A continuación, escriba el comando de entorno. Cree una carpeta para la reducción de datos en el directorio principal y copie los scripts y macros proporcionados desde el directorio compartido. Edite, cambie el nombre y guarde la macro de reducción proporcionada en consecuencia.
Escriba drspine" en el símbolo del sistema y presione Entrar para iniciar el entorno de reducción de software. Escriba el nombre de la macro de reducción en el símbolo del sistema dentro del entorno de software y presione Entrar. Edite el script de Python proporcionado por el científico de instrumentos asistente con los nombres de los datos de archivo reducidos.
Edite la función para que se ajuste desde la biblioteca proporcionada. Escriba el nombre del script editado en el símbolo del sistema y presione Entrar para leer, ajustar y trazar datos NSE reducidos. La función de dispersión intermedia medida por NSE para las proteínas IgG y MBP muestra una clara desviación de un proceso de relajación simple similar a la difusión en la escala de tiempo corta de cuatro años, lo que indica la accesibilidad de la dinámica interna de la proteína por NSE, y la necesidad de un modelo más complejo para describir los procesos dinámicos observados.

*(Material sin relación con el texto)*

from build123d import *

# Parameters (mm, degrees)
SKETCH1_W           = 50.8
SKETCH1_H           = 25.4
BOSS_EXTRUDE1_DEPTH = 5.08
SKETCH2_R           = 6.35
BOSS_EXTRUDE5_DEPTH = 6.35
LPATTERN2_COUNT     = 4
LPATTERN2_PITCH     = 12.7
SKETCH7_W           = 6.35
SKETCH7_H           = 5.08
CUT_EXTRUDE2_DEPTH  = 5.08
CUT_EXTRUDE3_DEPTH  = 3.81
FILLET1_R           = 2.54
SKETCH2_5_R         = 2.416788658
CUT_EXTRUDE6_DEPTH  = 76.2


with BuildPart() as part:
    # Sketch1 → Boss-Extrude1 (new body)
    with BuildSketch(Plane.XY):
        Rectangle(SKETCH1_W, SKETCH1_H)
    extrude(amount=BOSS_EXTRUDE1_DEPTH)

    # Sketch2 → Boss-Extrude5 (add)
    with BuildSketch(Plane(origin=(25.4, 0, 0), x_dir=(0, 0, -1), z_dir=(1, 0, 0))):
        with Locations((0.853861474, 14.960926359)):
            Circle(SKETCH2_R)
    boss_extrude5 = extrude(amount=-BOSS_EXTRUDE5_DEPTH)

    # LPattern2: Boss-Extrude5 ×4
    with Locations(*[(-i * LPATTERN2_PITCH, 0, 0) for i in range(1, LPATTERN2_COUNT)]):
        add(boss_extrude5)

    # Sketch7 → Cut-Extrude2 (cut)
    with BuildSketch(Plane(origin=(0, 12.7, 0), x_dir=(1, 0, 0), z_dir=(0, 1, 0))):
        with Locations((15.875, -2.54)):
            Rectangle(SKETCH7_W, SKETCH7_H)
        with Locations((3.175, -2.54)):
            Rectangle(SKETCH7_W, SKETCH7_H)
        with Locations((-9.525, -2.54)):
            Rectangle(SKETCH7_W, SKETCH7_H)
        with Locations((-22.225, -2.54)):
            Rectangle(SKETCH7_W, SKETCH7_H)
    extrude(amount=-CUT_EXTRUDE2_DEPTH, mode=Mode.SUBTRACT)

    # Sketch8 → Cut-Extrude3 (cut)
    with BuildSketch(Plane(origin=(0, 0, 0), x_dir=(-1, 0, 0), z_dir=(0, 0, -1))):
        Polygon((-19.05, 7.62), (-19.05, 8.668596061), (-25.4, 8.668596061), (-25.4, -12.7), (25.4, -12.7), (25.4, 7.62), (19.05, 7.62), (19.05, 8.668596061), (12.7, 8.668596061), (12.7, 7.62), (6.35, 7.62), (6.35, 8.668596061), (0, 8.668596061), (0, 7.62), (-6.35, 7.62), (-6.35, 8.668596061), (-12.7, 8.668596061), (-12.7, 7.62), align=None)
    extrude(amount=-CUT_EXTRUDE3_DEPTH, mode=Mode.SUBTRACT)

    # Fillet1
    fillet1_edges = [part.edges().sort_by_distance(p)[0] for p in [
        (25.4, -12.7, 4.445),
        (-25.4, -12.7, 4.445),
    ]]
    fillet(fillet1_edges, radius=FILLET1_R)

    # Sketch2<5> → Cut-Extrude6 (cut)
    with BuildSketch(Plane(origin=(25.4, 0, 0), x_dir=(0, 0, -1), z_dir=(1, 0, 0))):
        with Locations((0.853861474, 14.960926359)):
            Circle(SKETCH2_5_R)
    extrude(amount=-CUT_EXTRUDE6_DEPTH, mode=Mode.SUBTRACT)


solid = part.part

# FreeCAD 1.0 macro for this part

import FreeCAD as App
import Part
import Sketcher

V = App.Vector
Q = App.Units.Quantity


def edges_at(feature, points):
    """Names of the edges that pass closest to the given points."""
    edges = feature.Shape.Edges
    near = lambda p: min(range(len(edges)), key=lambda i: edges[i].distToShape(Part.Vertex(*p))[0])
    return sorted({f"Edge{near(p) + 1}" for p in points})

doc = App.newDocument("Part")
params = doc.addObject("Spreadsheet::Sheet", "Params")
for row, (alias, value) in enumerate([
    ("sketch1_width", "2 in"),
    ("sketch1_height", "1 in"),
    ("pad1_length", "0.2 in"),
    ("sketch2_diameter", "0.5 in"),
    ("pad2_length", "0.25 in"),
    ("linearpattern_pitch", "0.5 in"),
    ("sketch3_height", "0.2 in"),
    ("pocket1_length", "0.2 in"),
    ("sketch4_width", "2 in"),
    ("sketch4_height", "0.8 in"),
    ("pocket2_length", "0.15 in"),
    ("fillet_radius", "0.1 in"),
    ("pocket3_length", "3 in"),
], start=1):
    params.set(f"A{row}", alias)
    params.set(f"B{row}", "=" + value)
    params.setAlias(f"B{row}", alias)

body = doc.addObject("PartDesign::Body", "Body")

# Sketch on XY plane
sketch1 = body.newObject("Sketcher::SketchObject", "Sketch")
sketch1.AttachmentSupport = (doc.getObject("XY_Plane"), [""])
sketch1.MapMode = "FlatFace"
sketch1.addGeometry([
    Part.LineSegment(V(-25, 13, 0), V(-25, -13, 0)),
    Part.LineSegment(V(-25, -13, 0), V(25, -13, 0)),
    Part.LineSegment(V(25, -13, 0), V(25, 13, 0)),
    Part.LineSegment(V(25, 13, 0), V(-25, 13, 0)),
], False)
sketch1.addConstraint([
    Sketcher.Constraint("Coincident", 0, 2, 1, 1),
    Sketcher.Constraint("Coincident", 1, 2, 2, 1),
    Sketcher.Constraint("Coincident", 2, 2, 3, 1),
    Sketcher.Constraint("Coincident", 3, 2, 0, 1),
    Sketcher.Constraint("Vertical", 0),
    Sketcher.Constraint("Horizontal", 1),
    Sketcher.Constraint("Vertical", 2),
    Sketcher.Constraint("Horizontal", 3),
    Sketcher.Constraint("Symmetric", 0, 2, 2, 2, -1, 1),
    Sketcher.Constraint("DistanceX", 1, 1, 1, 2, Q("2 in")),
    Sketcher.Constraint("DistanceY", 0, 2, 0, 1, Q("1 in")),
])
sketch1.setExpression("Constraints[9]", "Params.sketch1_width")
sketch1.setExpression("Constraints[10]", "Params.sketch1_height")
pad1 = body.newObject("PartDesign::Pad", "Pad")
pad1.Profile = sketch1
pad1.setExpression("Length", "Params.pad1_length")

Los resultados de los cálculos de la función de dispersión intermedia ajustados por el modelado atómico de ambas proteínas utilizando modelos desarrollados por fueron excelentes con los datos experimentales de NSE. Los resultados demostraron que la dinámica más lenta observada en tiempos más largos puede atribuirse a los procesos generales de difusión traslacional y rotacional, mientras que la dinámica observada en las escalas de tiempo cortas se puede atribuir a la dinámica de los dominios de proteínas. Una cosa importante a recordar es la necesidad de muestras bien preparadas y limpias para las mediciones de NSE.
Una buena muestra para un Spin Echo tiene una relación de volteo superior a tres, que es la relación entre la dispersión coherente e incoherente de la muestra. También durante la preparación de la muestra y la carga de la muestra en las células NSE, la solución de muestra debe mantenerse segura y libre de cualquier contaminación cruzada química o biológica. Por razones de seguridad, la entrada en el recinto del espectrómetro solo debe intentarse después de que se cierre la persiana, y se ha permitido un tiempo adicional de media hora para el enfriamiento por radiación del recinto.
Se recomienda la dispersión de neutrones de ángulo pequeño para evaluar la forma y la estructura de las proteínas en una solución concentrada. Se puede hacer antes o en paralelo con el experimento NSE. Los métodos adicionales como la dispersión dinámica de la luz y las mediciones de viscosidad proporcionan información sobre la difusión traslacional y la interacción hidrodinámica dentro de la solución de proteína concentrada, y también se recomiendan.